I had trouble falling asleep the last night – the mixture of excitement and 21st century birding kept me up until midnight. I had some work to get done before I hit the pillow. I needed to put probability on our side, so I emailed Steve Wilson with my phone number asking him to alert me to any sightings of the Great Gray Owl in the Tower/Ely area. I only had until 2:00 to search because I was under strict orders to get Evan back by bed time, so it was critical that I get real-time information. I also had to follow up on the Boreal Owl posting that said a Boreal Owl had been in someone’s yard all day in Cook. After I saw that post, I fired off a quick email the day before asking for the location or the phone number of the property owner. I monitored my phone periodically along the trip and never saw a response. I was getting frustrated. Were they unwilling to share? Why then would they post on MOU? When I checked my phone before I went to bed I was relieved to see that an email came in from the author of the post. She wrote that the property owner would call me the next day if it was still there. Whew. Okay, time for bed.
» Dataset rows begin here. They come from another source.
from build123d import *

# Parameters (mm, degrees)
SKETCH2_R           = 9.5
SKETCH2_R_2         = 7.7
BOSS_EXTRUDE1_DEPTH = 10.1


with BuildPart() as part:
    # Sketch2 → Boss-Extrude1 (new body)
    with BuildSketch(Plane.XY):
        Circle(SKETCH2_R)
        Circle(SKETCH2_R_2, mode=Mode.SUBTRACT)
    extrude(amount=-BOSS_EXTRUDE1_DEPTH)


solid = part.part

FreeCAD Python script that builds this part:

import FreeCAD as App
import Part
import Sketcher

doc = App.newDocument("Part")
body = doc.addObject("PartDesign::Body", "Body")

sketch1 = doc.addObject("Sketcher::SketchObject", "Sketch")
body.addObject(sketch1)
sketch1.AttachmentSupport = (doc.XY_Plane, [""])
sketch1.MapMode = "FlatFace"
sketch1.addGeometry(Part.Circle(App.Vector(0, 0, 0), App.Vector(0, 0, 1), 9.5), False)
sketch1.addGeometry(Part.Circle(App.Vector(0, 0, 0), App.Vector(0, 0, 1), 7.7), False)
sketch1.addConstraint(Sketcher.Constraint("Coincident", 0, 3, -1, 1))
sketch1.addConstraint(Sketcher.Constraint("Coincident", 1, 3, -1, 1))
sketch1.addConstraint(Sketcher.Constraint("Diameter", 0, 19.0))
sketch1.addConstraint(Sketcher.Constraint("Diameter", 1, 15.4))
pad1 = doc.addObject("PartDesign::Pad", "Pad")
body.addObject(pad1)
pad1.Profile = sketch1
pad1.Length = 10.1
pad1.Reversed = True

doc.recompute()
I woke up the next morning at the time I usually wake for work and took care of my dogs. My dad was busy cooking us breakfast in the kitchen. It was a relaxing morning. I didn’t have to struggle with Marin to get just the right outfit on and out the door; I didn’t have to shower or shave – I was in the northwoods, hunting for an owl. I was letting Evan sleep until the very last minute. He’s never been a breakfast eater, and he desperately needed all the sleep he could get. After a quiet breakfast and cup of coffee with my dad, I went to get Evan. I nudged his shoulder and whispered, “Evan, it’s time to go.” His eyes opened wide, and he quickly popped out of bed. That never happens at home when it’s time to get up for school. It usually takes both Melissa and me going into his room multiple times, turning on lights and literally dragging him out of bed. This was Game Day for us birders, and Evan knew it. In a matter of minutes, his clothes, bird vest, and winter gear were on. It was go time.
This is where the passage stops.